This repository hosts a five-day intensive course that teaches advanced Python package development practices through a simulated mass-spectrometry proteomics workflow.
The course emulates a bottom-up proteomics experiment:
- Input: Multi-protein FASTA file: sample_proteins.fasta.
- Processing: Enzymatic digestion → LC retention-time prediction → MS1/MS2 simulation (mass, m/z, fragmentation).
- Output: TSV files summarizing peptide/fragment m/z values (stored under
results/), diagnostic plots, and a reusable Python package.
- Day 1: FASTA parsing and protein digestion fundamentals (tutorials/1_protein_digestion.ipynb)
- Day 2: Liquid chromatography simulation (tutorials/2_liquid_chromatography.ipynb)
- Day 3: MS1/MS2 spectra simulation (tutorials/3_mass_spectra_simulation.ipynb)
- Day 4: Build a reusable Python package from the functions (tutorials/4_build_your_own_package.md)
- Day 5: Publish the package, set up CI, and collaborate (tutorials/5_publish_your_package.md)
A final notebook (tutorials/ms_simulation_final.ipynb) ties the package together for an end-to-end experiment.

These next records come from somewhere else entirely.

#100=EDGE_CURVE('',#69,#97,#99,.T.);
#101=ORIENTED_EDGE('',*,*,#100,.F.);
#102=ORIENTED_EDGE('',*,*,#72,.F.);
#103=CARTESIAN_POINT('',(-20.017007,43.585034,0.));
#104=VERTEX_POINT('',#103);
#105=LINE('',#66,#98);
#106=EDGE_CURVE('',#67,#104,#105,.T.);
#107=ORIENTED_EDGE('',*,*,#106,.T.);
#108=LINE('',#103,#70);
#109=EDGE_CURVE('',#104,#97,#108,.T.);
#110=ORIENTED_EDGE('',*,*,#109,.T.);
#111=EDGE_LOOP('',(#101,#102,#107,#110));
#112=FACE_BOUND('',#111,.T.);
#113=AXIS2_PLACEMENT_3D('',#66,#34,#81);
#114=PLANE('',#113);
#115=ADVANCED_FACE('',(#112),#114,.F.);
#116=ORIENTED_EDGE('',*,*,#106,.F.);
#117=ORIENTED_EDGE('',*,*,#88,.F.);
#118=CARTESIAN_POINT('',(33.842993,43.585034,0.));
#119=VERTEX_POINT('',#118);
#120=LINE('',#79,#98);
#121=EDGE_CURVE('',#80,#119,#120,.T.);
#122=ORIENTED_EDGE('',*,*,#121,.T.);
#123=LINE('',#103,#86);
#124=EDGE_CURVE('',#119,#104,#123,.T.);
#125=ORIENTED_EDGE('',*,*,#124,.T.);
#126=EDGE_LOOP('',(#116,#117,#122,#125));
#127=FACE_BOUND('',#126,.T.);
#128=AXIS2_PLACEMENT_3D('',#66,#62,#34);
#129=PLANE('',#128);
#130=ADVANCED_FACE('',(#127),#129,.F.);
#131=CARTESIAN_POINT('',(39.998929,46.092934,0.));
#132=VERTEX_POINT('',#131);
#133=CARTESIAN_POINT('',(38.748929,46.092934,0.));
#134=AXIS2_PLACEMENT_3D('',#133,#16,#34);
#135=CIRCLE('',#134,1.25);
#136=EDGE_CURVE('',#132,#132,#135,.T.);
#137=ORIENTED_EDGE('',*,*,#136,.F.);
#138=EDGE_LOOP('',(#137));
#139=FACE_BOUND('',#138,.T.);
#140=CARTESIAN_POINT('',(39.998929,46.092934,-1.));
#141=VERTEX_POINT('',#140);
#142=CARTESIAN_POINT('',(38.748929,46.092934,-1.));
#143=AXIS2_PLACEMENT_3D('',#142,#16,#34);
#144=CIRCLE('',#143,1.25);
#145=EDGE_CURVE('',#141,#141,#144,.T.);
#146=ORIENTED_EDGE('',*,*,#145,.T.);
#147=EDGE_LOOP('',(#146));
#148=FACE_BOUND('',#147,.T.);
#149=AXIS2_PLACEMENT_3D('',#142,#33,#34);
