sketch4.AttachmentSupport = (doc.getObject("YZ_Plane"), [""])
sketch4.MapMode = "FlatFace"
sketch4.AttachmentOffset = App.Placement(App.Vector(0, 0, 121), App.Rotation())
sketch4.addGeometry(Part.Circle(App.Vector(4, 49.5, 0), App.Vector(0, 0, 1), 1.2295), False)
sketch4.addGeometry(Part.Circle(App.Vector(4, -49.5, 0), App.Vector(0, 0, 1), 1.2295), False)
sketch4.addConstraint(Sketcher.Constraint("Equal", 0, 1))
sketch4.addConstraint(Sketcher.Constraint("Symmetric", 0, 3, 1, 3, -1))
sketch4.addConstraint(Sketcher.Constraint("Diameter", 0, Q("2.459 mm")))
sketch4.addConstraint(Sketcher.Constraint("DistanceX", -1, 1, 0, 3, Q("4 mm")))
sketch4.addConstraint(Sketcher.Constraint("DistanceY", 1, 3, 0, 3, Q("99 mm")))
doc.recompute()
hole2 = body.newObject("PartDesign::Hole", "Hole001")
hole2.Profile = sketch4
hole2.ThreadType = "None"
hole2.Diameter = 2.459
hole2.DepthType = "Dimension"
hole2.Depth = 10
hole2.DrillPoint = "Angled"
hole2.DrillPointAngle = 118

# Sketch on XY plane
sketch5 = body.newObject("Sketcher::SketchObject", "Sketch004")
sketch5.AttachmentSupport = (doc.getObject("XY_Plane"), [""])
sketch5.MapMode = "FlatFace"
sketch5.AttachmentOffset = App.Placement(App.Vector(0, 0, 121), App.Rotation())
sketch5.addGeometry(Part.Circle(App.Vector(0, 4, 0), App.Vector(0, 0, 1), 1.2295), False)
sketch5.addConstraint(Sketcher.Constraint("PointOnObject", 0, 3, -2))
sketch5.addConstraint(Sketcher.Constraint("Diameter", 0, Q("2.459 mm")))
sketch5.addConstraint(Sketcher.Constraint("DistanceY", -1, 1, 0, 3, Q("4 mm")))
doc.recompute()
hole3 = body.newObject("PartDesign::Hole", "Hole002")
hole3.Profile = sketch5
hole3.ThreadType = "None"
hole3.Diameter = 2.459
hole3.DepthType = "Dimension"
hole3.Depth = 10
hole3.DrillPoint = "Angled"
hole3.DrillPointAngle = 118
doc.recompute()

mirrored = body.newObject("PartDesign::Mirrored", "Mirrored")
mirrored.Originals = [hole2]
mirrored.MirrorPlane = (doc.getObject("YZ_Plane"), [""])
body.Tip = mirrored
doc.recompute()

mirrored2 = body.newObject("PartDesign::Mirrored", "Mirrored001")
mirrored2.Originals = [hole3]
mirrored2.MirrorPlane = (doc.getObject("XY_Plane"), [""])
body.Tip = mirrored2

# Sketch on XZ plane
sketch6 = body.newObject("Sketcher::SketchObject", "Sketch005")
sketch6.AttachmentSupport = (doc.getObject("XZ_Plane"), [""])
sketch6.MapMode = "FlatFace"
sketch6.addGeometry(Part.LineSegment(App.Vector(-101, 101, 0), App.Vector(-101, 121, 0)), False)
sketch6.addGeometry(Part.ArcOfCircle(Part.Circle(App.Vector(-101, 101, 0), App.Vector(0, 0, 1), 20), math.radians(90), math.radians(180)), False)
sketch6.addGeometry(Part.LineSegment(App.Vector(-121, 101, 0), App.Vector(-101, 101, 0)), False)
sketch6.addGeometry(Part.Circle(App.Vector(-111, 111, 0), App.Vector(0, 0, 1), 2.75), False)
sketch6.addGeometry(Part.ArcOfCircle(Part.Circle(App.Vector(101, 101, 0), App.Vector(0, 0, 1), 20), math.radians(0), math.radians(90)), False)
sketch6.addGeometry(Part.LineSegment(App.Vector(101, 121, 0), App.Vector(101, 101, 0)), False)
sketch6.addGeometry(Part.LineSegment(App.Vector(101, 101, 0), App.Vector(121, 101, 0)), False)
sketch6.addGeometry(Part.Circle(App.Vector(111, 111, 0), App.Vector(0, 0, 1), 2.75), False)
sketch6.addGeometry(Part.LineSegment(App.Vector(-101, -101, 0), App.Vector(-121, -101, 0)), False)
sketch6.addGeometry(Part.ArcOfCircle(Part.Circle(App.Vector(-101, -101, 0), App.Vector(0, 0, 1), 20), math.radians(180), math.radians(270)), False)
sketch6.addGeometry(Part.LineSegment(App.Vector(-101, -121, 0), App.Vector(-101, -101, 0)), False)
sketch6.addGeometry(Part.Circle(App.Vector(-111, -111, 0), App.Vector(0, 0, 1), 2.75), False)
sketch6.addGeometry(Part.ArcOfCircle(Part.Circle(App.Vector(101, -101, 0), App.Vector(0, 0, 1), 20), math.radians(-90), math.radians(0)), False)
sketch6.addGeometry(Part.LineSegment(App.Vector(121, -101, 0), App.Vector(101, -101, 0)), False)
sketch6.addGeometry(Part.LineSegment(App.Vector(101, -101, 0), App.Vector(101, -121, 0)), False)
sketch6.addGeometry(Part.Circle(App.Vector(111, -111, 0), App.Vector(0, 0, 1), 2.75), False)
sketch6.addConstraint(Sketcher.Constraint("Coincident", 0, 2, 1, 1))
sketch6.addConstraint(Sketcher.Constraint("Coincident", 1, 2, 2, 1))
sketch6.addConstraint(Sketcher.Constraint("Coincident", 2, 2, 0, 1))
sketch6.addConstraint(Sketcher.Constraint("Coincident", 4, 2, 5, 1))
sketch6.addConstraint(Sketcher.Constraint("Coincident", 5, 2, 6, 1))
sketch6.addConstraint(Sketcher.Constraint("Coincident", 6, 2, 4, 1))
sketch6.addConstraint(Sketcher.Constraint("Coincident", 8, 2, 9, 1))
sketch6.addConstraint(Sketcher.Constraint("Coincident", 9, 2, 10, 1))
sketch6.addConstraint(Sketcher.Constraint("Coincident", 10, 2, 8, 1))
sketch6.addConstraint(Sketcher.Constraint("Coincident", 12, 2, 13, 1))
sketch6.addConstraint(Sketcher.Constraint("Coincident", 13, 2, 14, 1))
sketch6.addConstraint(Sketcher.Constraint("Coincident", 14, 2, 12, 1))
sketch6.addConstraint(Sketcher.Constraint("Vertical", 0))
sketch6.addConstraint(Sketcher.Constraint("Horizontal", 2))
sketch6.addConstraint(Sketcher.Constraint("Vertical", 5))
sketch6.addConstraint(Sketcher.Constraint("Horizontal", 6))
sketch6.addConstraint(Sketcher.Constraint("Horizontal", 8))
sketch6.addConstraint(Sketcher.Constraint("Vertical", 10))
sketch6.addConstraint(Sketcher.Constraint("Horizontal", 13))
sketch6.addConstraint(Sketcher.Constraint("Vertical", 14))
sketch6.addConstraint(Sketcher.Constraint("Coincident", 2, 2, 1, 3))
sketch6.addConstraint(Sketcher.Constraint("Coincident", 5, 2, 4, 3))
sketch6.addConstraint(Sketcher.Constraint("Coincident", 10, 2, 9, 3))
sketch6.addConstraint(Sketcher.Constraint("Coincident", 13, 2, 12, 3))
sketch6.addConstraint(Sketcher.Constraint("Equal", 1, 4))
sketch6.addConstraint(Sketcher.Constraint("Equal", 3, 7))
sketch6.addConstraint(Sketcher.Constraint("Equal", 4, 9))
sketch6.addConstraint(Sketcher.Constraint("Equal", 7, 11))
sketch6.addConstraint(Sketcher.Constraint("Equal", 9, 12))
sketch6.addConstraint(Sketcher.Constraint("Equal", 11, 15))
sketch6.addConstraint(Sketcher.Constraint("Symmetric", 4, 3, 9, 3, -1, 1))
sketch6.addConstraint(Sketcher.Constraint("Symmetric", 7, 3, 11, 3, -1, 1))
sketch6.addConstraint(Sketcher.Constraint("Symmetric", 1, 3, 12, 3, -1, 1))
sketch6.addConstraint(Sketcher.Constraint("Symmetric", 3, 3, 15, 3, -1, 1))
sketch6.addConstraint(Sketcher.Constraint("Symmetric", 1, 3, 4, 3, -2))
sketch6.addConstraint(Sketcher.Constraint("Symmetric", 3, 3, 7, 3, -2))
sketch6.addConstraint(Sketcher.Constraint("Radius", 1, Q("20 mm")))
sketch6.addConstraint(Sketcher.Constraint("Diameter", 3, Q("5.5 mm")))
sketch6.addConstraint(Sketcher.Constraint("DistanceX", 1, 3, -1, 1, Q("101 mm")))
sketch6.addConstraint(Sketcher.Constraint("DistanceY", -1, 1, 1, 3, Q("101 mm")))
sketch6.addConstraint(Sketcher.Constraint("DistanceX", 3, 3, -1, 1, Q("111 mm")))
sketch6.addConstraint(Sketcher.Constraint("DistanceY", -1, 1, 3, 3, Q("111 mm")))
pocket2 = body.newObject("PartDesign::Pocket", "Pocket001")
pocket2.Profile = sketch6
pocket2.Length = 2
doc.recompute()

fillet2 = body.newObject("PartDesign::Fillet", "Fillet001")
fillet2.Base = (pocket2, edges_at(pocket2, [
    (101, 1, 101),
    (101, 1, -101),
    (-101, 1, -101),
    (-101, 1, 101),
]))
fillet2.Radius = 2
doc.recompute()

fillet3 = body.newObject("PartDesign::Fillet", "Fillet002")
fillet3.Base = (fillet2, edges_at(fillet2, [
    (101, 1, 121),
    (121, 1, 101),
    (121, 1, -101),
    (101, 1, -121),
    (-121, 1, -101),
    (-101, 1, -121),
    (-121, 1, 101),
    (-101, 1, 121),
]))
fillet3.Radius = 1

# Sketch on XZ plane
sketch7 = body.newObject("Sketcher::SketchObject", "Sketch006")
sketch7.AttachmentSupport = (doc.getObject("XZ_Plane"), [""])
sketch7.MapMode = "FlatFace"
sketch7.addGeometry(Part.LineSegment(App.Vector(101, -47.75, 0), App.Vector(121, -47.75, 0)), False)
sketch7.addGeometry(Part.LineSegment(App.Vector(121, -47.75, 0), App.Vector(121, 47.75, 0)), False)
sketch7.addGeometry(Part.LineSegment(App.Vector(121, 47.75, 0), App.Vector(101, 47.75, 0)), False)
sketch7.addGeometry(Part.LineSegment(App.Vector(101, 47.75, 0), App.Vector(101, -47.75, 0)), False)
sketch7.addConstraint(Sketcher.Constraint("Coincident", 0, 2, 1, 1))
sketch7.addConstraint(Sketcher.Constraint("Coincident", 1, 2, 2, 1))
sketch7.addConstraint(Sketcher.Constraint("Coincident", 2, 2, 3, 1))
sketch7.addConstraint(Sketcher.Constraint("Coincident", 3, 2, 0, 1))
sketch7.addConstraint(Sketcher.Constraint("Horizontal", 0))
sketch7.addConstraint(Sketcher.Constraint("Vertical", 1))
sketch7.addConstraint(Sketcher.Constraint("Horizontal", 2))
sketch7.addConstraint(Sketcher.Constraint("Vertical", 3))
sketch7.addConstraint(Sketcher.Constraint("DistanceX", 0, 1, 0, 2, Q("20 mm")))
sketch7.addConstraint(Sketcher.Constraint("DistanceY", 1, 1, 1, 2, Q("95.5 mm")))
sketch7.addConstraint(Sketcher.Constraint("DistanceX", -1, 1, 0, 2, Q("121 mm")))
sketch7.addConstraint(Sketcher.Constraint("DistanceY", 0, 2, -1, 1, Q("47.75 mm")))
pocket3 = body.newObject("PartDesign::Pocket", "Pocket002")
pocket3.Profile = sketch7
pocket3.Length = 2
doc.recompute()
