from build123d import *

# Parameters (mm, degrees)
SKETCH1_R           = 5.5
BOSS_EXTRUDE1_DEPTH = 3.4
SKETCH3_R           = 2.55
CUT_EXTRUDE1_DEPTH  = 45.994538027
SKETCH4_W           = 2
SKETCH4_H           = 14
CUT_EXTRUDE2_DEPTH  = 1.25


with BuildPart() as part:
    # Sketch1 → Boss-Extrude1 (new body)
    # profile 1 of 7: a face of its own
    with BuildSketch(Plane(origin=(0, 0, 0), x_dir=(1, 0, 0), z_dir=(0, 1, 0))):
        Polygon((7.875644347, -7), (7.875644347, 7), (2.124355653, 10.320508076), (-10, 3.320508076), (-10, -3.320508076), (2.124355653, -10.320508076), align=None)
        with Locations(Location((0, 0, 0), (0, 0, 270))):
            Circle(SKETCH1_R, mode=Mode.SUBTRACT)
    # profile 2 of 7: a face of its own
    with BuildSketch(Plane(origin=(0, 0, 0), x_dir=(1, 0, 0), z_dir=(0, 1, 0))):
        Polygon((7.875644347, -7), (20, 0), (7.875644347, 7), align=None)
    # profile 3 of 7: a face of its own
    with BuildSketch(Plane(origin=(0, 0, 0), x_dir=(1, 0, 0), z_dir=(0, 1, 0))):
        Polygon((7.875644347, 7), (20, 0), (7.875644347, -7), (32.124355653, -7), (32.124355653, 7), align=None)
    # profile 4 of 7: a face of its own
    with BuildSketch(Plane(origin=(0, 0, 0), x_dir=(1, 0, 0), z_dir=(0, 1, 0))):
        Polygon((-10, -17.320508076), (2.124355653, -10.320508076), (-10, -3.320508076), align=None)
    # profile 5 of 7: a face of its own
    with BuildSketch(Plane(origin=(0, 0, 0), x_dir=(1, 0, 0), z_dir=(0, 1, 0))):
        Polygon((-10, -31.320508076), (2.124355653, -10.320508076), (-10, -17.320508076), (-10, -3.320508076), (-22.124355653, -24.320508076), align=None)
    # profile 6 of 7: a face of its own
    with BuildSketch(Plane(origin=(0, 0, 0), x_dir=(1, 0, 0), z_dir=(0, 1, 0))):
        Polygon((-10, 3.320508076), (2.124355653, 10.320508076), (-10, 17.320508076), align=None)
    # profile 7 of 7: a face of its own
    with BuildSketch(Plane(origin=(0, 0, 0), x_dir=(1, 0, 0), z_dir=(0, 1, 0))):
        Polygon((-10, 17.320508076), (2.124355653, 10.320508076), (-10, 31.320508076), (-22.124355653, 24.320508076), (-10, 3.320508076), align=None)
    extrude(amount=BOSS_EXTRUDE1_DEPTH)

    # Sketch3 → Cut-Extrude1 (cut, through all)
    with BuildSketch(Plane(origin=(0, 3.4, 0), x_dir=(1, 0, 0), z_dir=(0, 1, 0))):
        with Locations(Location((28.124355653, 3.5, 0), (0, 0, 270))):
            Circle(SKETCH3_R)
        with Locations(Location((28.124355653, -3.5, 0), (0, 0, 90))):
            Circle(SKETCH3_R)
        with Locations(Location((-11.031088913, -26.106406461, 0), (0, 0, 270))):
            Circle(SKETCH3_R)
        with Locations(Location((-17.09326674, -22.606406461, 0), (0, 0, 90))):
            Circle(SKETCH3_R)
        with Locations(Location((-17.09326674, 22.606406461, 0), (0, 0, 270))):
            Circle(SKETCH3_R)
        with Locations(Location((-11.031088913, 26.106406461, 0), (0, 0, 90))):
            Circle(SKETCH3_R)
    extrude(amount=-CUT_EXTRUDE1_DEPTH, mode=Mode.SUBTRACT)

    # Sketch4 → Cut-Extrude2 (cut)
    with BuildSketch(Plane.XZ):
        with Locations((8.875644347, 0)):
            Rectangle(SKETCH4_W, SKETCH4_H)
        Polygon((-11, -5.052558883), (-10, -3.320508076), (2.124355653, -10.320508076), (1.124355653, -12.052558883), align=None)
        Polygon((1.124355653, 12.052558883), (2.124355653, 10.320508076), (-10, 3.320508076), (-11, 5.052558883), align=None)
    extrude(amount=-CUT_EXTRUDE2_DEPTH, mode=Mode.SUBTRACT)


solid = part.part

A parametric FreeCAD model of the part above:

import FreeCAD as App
import Part
import Sketcher

V = App.Vector
Q = App.Units.Quantity


def add_polygon(sketch, points):
    """Adds a closed chain of lines whose ends are joined by coincident constraints."""
    first, n = sketch.GeometryCount, len(points)
    for a, b in zip(points, points[1:] + points[:1]):
        sketch.addGeometry(Part.LineSegment(App.Vector(*a, 0), App.Vector(*b, 0)), False)
    for i in range(n):
        sketch.addConstraint(Sketcher.Constraint("Coincident", first + i, 2, first + (i + 1) % n, 1))

doc = App.newDocument("Part")
body = doc.addObject("PartDesign::Body", "Body")

# Sketch on XZ plane
sketch1 = body.newObject("Sketcher::SketchObject", "Sketch")
sketch1.AttachmentSupport = (doc.getObject("XZ_Plane"), [""])
sketch1.MapMode = "FlatFace"
add_polygon(sketch1, [(2, 10), (8, 7), (32, 7), (32, -7), (8, -7), (2, -10), (-10, -31), (-22, -24), (-10, -3), (-10, 3), (-22, 24), (-10, 31)])  # lines 0-11
sketch1.addGeometry(Part.Circle(V(0, 0, 0), V(0, 0, 1), 6), False)  # 12
sketch1.addConstraint([
    Sketcher.Constraint("Horizontal", 1),
    Sketcher.Constraint("Vertical", 2),
    Sketcher.Constraint("Horizontal", 3),
    Sketcher.Constraint("Vertical", 8),
    Sketcher.Constraint("Coincident", 12, 3, -1, 1),
    Sketcher.Constraint("Symmetric", 0, 2, 3, 2, -1),
    Sketcher.Constraint("Symmetric", 6, 2, 9, 2, -1),
    Sketcher.Constraint("Symmetric", 5, 2, 10, 2, -1),
    Sketcher.Constraint("Symmetric", 4, 2, 11, 2, -1),
    Sketcher.Constraint("Perpendicular", 0, 5),
    Sketcher.Constraint("Perpendicular", 5, 6),
    Sketcher.Constraint("Perpendicular", 6, 7),
    Sketcher.Constraint("Perpendicular", 4, 9),
    Sketcher.Constraint("Vertical", 5, 2, 7, 2),
    Sketcher.Constraint("Equal", 5, 7),
    Sketcher.Constraint("Diameter", 12, Q("11 mm")),
    Sketcher.Constraint("DistanceY", 2, 2, 2, 1, Q("14 mm")),
    Sketcher.Constraint("Angle", 0, Q("-30 deg")),
    Sketcher.Constraint("Distance", 6, Q("14 mm")),
    Sketcher.Constraint("DistanceX", 5, 2, -1, 1, Q("10 mm")),
    Sketcher.Constraint("DistanceX", 4, 2, 2, 2, Q("30 mm")),
    Sketcher.Constraint("DistanceX", 6, 2, 3, 2, Q("30 mm")),
])
pad1 = body.newObject("PartDesign::Pad", "Pad")
pad1.Profile = sketch1
pad1.Length = 3.4
pad1.Reversed = True

# Sketch on XZ plane
sketch2 = body.newObject("Sketcher::SketchObject", "Sketch001")
sketch2.AttachmentSupport = (doc.getObject("XZ_Plane"), [""])
sketch2.MapMode = "FlatFace"
sketch2.AttachmentOffset = App.Placement(V(0, 0, -3.4), App.Rotation())
sketch2.addGeometry([
    Part.Circle(V(28.1, -3.5, 0), V(0, 0, 1), 2.5),  # 0
    Part.Circle(V(28.1, 3.5, 0), V(0, 0, 1), 2.5),  # 1
    Part.Circle(V(-11, 26.1, 0), V(0, 0, 1), 2.5),  # 2
    Part.Circle(V(-17.1, 22.6, 0), V(0, 0, 1), 2.5),  # 3
    Part.Circle(V(-17.1, -22.6, 0), V(0, 0, 1), 2.5),  # 4
    Part.Circle(V(-11, -26.1, 0), V(0, 0, 1), 2.5),  # 5
], False)
sketch2.addConstraint([
    Sketcher.Constraint("Equal", 0, 1),
    Sketcher.Constraint("Equal", 1, 2),
    Sketcher.Constraint("Equal", 2, 3),
    Sketcher.Constraint("Equal", 3, 4),
    Sketcher.Constraint("Equal", 4, 5),
    Sketcher.Constraint("Symmetric", 0, 3, 1, 3, -1),
    Sketcher.Constraint("Symmetric", 3, 3, 4, 3, -1),
    Sketcher.Constraint("Symmetric", 2, 3, 5, 3, -1),
    Sketcher.Constraint("Diameter", 0, Q("5.1 mm")),
    Sketcher.Constraint("DistanceY", 0, 3, 1, 3, Q("7 mm")),
    Sketcher.Constraint("DistanceY", 3, 3, 2, 3, Q("3.5 mm")),
    Sketcher.Constraint("DistanceX", 2, 3, -1, 1, Q("11.031089 mm")),
    Sketcher.Constraint("DistanceX", -1, 1, 0, 3, Q("28.124356 mm")),
    Sketcher.Constraint("DistanceY", -1, 1, 2, 3, Q("26.106406 mm")),
    Sketcher.Constraint("DistanceX", 3, 3, -1, 1, Q("17.093267 mm")),
])
pocket1 = body.newObject("PartDesign::Pocket", "Pocket")
pocket1.Profile = sketch2
pocket1.Type = "ThroughAll"
pocket1.Reversed = True

# Sketch on XZ plane
sketch3 = body.newObject("Sketcher::SketchObject", "Sketch002")
sketch3.AttachmentSupport = (doc.getObject("XZ_Plane"), [""])
sketch3.MapMode = "FlatFace"
add_polygon(sketch3, [(7.9, 7), (7.9, -7), (9.9, -7), (9.9, 7)])  # lines 0-3
add_polygon(sketch3, [(-10, -3.3), (-11, -5.1), (1.1, -12.1), (2.1, -10.3)])  # lines 4-7
add_polygon(sketch3, [(2.1, 10.3), (1.1, 12.1), (-11, 5.1), (-10, 3.3)])  # lines 8-11
sketch3.addConstraint([
    Sketcher.Constraint("Vertical", 0),
    Sketcher.Constraint("Horizontal", 1),
    Sketcher.Constraint("Vertical", 2),
    Sketcher.Constraint("Horizontal", 3),
    Sketcher.Constraint("Symmetric", 5, 2, 8, 2, -1),
    Sketcher.Constraint("Symmetric", 4, 2, 9, 2, -1),
    Sketcher.Constraint("Symmetric", 7, 2, 10, 2, -1),
    Sketcher.Constraint("Symmetric", 6, 2, 11, 2, -1),
    Sketcher.Constraint("Perpendicular", 4, 5),
    Sketcher.Constraint("Perpendicular", 5, 6),
    Sketcher.Constraint("Perpendicular", 6, 7),
    Sketcher.Constraint("DistanceX", 1, 1, 1, 2, Q("2 mm")),
    Sketcher.Constraint("DistanceY", 0, 2, 0, 1, Q("14 mm")),
    Sketcher.Constraint("Angle", 4, Q("-120 deg")),
    Sketcher.Constraint("Distance", 4, Q("2 mm")),
    Sketcher.Constraint("Distance", 5, Q("14 mm")),
    Sketcher.Constraint("DistanceY", 0, 2, -1, 1, Q("7 mm")),
    Sketcher.Constraint("DistanceX", 4, 2, -1, 1, Q("11 mm")),
    Sketcher.Constraint("DistanceY", 4, 2, -1, 1, Q("5.052559 mm")),
    Sketcher.Constraint("DistanceX", 5, 2, 0, 2, Q("6.751289 mm")),
])
pocket2 = body.newObject("PartDesign::Pocket", "Pocket001")
pocket2.Profile = sketch3
pocket2.Length = 1.25

doc.recompute()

- Clone this repository (e.g. from terminal):
cd mytargetdir
git clone https://github.com/UKHD-NP/advanced-python_course.git
cd advanced-python_course
- Install miniconda following the instructions on (if not already installed):
https://www.anaconda.com/docs/getting-started/miniconda/install#macos-terminal-installer - Create conda environment:
conda create --name advanced-python_course python=3.10 -y
conda activate advanced-python_course
- Install dependencies from
requirements.txt:
pip install -r requirements.txt
conda deactivate advanced-python_course
.
├── data/ # Input FASTA files
├── tutorials/ # Day-by-day Jupyter notebooks
├── templates/ # pyproject.toml and packaging scaffolds
├── results/ # Output TSVs saved by tutorials
├── docs/ # Reference materials
└── README.md
If you work in Google Colab, mount your Drive and switch into the repository folder so notebooks can read/write data. Pick the snippet that best matches your situation.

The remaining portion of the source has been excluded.